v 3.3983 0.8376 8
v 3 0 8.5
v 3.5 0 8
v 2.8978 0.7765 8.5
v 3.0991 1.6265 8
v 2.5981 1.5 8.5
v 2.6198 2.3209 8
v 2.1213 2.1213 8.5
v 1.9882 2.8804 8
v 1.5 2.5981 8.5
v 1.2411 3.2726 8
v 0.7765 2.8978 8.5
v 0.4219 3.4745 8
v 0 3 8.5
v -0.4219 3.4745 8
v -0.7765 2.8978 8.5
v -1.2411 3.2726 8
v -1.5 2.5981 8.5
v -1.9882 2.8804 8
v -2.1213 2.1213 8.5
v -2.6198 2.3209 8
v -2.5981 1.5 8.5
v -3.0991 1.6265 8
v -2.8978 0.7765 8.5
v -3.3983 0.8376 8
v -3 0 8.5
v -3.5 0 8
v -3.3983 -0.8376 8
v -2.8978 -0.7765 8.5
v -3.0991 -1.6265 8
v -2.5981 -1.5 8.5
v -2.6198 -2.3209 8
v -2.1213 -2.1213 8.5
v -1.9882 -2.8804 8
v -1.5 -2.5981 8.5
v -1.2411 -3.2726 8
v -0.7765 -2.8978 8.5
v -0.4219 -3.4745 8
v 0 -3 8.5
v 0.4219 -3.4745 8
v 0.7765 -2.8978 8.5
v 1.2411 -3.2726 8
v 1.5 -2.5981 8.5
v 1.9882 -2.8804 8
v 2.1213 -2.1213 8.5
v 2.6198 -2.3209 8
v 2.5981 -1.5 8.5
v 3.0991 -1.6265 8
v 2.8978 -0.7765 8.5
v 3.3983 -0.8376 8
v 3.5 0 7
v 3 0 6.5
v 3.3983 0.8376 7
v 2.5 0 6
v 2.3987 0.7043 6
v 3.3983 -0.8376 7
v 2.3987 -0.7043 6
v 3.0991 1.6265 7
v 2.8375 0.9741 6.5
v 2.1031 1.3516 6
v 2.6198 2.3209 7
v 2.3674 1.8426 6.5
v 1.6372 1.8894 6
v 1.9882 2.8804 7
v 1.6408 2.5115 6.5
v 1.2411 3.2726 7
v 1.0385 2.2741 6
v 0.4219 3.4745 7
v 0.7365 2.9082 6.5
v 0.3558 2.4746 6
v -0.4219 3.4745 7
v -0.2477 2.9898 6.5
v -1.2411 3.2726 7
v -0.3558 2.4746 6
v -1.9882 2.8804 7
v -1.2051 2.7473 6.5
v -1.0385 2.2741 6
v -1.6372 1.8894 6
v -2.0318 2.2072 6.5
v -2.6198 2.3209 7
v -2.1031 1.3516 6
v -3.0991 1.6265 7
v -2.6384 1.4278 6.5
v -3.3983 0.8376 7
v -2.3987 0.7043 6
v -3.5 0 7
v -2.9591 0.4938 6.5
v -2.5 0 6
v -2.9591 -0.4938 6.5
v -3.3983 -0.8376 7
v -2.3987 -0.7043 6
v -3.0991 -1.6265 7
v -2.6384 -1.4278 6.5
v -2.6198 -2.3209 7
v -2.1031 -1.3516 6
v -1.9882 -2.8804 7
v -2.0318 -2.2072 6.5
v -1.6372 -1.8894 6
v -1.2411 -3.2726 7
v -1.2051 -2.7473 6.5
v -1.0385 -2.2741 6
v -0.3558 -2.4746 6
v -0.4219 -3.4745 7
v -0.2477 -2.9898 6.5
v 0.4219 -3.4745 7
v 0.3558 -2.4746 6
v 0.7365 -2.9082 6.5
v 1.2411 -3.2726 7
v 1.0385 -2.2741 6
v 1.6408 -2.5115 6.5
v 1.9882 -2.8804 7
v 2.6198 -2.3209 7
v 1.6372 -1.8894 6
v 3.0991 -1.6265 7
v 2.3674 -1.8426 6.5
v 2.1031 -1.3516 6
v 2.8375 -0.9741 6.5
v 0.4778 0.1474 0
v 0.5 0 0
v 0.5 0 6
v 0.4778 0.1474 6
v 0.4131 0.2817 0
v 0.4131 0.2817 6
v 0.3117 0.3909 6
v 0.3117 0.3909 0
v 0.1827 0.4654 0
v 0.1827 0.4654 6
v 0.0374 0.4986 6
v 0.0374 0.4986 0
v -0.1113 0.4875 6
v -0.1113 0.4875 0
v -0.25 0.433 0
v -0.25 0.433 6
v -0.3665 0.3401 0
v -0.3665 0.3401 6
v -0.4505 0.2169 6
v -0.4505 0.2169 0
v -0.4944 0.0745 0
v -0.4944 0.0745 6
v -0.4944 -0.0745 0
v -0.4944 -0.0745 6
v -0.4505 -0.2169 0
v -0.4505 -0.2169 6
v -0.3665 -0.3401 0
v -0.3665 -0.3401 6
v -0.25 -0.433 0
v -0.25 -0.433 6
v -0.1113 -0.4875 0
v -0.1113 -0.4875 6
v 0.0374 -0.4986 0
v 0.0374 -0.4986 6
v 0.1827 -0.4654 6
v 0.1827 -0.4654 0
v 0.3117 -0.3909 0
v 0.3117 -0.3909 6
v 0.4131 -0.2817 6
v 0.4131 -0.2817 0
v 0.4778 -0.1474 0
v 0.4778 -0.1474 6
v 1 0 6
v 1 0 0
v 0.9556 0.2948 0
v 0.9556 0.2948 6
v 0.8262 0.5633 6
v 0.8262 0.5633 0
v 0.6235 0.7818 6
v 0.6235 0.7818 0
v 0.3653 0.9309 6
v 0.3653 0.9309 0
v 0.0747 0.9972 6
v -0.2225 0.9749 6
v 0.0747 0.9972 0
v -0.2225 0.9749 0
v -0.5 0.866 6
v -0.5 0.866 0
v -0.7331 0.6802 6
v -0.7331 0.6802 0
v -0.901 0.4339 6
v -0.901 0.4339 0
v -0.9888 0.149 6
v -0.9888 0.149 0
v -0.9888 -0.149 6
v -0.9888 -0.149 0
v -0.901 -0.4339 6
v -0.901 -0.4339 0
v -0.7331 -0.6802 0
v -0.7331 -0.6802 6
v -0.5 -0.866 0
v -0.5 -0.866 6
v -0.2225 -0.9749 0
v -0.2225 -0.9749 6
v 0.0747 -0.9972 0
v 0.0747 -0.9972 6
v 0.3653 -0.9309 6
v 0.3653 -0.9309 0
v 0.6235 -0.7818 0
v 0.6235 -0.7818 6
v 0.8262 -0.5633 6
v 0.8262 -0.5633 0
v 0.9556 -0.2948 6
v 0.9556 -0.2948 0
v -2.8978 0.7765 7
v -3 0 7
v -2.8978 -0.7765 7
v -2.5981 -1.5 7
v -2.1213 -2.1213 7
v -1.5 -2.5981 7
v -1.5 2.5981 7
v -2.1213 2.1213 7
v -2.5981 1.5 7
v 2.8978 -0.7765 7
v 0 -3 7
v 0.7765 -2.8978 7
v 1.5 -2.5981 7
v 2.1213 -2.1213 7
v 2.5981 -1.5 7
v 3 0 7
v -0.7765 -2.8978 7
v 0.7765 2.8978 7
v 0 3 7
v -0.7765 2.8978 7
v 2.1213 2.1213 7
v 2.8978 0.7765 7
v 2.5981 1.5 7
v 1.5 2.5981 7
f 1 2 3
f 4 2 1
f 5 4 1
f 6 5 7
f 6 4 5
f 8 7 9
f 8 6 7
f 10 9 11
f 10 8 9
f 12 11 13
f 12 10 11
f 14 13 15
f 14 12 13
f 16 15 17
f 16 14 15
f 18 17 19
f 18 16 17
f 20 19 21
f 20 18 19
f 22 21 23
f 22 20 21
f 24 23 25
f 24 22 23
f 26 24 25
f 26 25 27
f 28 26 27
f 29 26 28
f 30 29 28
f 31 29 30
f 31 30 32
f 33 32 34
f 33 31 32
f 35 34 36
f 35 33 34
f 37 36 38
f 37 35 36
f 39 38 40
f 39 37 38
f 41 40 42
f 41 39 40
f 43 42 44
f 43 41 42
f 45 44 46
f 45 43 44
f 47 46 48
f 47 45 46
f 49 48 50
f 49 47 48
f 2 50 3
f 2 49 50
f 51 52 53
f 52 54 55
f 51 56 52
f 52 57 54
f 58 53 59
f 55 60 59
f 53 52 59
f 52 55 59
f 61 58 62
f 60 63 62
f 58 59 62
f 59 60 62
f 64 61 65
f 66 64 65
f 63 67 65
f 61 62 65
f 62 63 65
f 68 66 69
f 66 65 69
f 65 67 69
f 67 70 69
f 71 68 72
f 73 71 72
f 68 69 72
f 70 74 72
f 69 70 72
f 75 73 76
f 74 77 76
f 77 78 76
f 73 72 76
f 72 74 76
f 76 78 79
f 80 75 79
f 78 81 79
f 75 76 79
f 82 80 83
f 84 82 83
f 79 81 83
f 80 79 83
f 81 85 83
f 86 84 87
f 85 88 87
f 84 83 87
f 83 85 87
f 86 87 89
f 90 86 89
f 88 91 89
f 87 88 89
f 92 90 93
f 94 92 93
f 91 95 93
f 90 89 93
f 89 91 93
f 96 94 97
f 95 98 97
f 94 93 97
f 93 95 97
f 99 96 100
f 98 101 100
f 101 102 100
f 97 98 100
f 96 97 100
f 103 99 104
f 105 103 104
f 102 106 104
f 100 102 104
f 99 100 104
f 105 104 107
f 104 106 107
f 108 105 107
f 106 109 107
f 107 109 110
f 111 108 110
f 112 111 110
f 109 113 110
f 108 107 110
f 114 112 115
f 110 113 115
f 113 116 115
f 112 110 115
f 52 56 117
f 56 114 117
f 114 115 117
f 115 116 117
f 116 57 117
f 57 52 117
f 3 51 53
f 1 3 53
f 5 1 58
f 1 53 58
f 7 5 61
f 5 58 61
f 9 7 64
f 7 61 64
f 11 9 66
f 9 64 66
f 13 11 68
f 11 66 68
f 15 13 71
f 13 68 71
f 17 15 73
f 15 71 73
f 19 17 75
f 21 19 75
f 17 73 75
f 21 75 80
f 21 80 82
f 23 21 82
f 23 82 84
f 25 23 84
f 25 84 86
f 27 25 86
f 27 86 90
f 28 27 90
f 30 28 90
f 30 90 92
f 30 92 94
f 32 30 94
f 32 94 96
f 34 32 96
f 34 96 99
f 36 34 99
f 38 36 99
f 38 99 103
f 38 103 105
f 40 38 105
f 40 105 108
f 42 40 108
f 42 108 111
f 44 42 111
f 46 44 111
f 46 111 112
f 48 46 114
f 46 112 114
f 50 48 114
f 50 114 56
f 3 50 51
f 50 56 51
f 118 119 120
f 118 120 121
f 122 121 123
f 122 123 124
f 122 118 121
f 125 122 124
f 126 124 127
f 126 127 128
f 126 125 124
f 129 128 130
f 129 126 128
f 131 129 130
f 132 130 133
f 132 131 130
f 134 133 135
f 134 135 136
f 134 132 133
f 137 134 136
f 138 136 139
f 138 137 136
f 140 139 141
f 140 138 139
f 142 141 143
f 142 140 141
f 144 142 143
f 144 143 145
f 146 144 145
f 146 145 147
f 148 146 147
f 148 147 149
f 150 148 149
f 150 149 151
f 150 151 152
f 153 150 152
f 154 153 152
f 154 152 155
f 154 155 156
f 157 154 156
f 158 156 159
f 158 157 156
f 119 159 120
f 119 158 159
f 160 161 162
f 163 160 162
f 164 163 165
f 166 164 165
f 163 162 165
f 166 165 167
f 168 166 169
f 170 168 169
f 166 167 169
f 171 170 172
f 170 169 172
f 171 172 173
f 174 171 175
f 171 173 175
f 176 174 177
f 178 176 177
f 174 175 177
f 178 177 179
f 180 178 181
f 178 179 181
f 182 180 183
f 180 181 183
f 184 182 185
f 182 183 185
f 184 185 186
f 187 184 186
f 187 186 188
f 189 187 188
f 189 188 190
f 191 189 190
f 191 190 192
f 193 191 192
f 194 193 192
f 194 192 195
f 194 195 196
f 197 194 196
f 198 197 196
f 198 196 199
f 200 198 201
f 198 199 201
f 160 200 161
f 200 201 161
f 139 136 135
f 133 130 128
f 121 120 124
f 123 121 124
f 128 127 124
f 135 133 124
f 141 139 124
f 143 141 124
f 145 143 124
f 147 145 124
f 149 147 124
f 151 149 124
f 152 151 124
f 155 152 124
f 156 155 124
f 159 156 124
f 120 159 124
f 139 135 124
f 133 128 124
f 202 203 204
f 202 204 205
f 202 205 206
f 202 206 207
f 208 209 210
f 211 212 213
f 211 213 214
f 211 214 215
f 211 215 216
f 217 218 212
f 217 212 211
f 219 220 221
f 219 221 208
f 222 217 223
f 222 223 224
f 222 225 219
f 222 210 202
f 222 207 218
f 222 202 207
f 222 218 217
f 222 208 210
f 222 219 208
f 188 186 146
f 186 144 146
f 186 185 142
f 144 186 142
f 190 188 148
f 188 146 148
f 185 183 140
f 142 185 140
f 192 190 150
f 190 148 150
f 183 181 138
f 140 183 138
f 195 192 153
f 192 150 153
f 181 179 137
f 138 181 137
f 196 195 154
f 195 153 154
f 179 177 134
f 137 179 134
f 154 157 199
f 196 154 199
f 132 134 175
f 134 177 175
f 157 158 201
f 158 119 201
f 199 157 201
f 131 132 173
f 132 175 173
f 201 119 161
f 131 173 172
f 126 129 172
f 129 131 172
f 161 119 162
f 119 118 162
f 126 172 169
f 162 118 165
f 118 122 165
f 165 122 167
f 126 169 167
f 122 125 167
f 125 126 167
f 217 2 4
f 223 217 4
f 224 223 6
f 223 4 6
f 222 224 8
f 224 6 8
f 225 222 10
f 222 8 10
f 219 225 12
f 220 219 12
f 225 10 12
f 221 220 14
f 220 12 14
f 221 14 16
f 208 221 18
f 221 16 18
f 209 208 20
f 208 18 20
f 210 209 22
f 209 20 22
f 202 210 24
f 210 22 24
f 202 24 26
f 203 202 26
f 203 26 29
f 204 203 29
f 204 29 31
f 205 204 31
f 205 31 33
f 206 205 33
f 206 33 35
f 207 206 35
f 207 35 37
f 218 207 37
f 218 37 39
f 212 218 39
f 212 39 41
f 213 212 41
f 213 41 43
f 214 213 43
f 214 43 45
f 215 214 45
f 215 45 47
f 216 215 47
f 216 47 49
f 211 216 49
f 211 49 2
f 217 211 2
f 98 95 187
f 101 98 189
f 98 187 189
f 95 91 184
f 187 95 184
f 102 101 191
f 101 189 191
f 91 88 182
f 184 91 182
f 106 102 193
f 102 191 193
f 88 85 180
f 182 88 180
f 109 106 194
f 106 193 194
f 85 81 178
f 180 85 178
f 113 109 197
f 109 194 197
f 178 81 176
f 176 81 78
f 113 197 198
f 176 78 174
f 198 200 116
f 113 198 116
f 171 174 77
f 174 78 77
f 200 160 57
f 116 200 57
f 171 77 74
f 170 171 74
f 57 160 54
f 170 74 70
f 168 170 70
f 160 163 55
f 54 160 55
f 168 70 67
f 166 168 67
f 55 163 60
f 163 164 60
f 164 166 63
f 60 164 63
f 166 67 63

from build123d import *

# Parameters (mm, degrees)
ESBO_O1_R                = 1
ESBO_O1_R_2              = 0.5
RESSALTO_EXTRUS_O1_DEPTH = 6
ESBO_O3_R                = 3.5
RESSALTO_EXTRUS_O2_DEPTH = 3
ESBO_O4_R                = 3
CORTE_EXTRUS_O1_DEPTH    = 2
CHANFRO1_SIZE            = 1


with BuildPart() as part:
    # Esboço1 → Ressalto-extrusão1 (new body)
    with BuildSketch(Plane.XY):
        Circle(ESBO_O1_R)
        Circle(ESBO_O1_R_2, mode=Mode.SUBTRACT)
    extrude(amount=RESSALTO_EXTRUS_O1_DEPTH)

    # Esboço3 → Ressalto-extrusão2 (add)
    with BuildSketch(Plane.XY.offset(6)):
        Circle(ESBO_O3_R)
    extrude(amount=RESSALTO_EXTRUS_O2_DEPTH)

    # Esboço4 → Corte-extrusão1 (cut)
    with BuildSketch(Plane.XY.offset(9)):
        Circle(ESBO_O4_R)
    extrude(amount=-CORTE_EXTRUS_O1_DEPTH, mode=Mode.SUBTRACT)

    # Chanfro1
    # the kernel refuses this chamfer: 1 mm, written as the material it takes off along each edge
    with BuildSketch(Plane(origin=(0, 0, 9), x_dir=(1, 0, 0), z_dir=(0, -1, 0))) as chanfro1_piece_1:
        Polygon((3.5, -CHANFRO1_SIZE), (3.5 - CHANFRO1_SIZE, 0), (3.5, 0), align=None)
    revolve(axis=Axis((0, 0, 9), (0, 0, 1)), mode=Mode.SUBTRACT)
    with BuildSketch(Plane(origin=(0, 0, 6), x_dir=(1, 0, 0), z_dir=(0, -1, 0))) as chanfro1_piece_2:
        Polygon((3.5, CHANFRO1_SIZE), (3.5 - CHANFRO1_SIZE, 0), (3.5, 0), align=None)
    revolve(axis=Axis((0, 0, 6), (0, 0, 1)), mode=Mode.SUBTRACT)


solid = part.part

*ASSIGNED TASK*
Reproduce, character for character, only the lines of the preceding data that start at the line with "f 42 40 108" and end at the line with "f 138 136 139", both included.

*SOLVED EXERCISE*
f 42 40 108
f 42 108 111
f 44 42 111
f 46 44 111
f 46 111 112
f 48 46 114
f 46 112 114
f 50 48 114
f 50 114 56
f 3 50 51
f 50 56 51
f 118 119 120
f 118 120 121
f 122 121 123
f 122 123 124
f 122 118 121
f 125 122 124
f 126 124 127
f 126 127 128
f 126 125 124
f 129 128 130
f 129 126 128
f 131 129 130
f 132 130 133
f 132 131 130
f 134 133 135
f 134 135 136
f 134 132 133
f 137 134 136
f 138 136 139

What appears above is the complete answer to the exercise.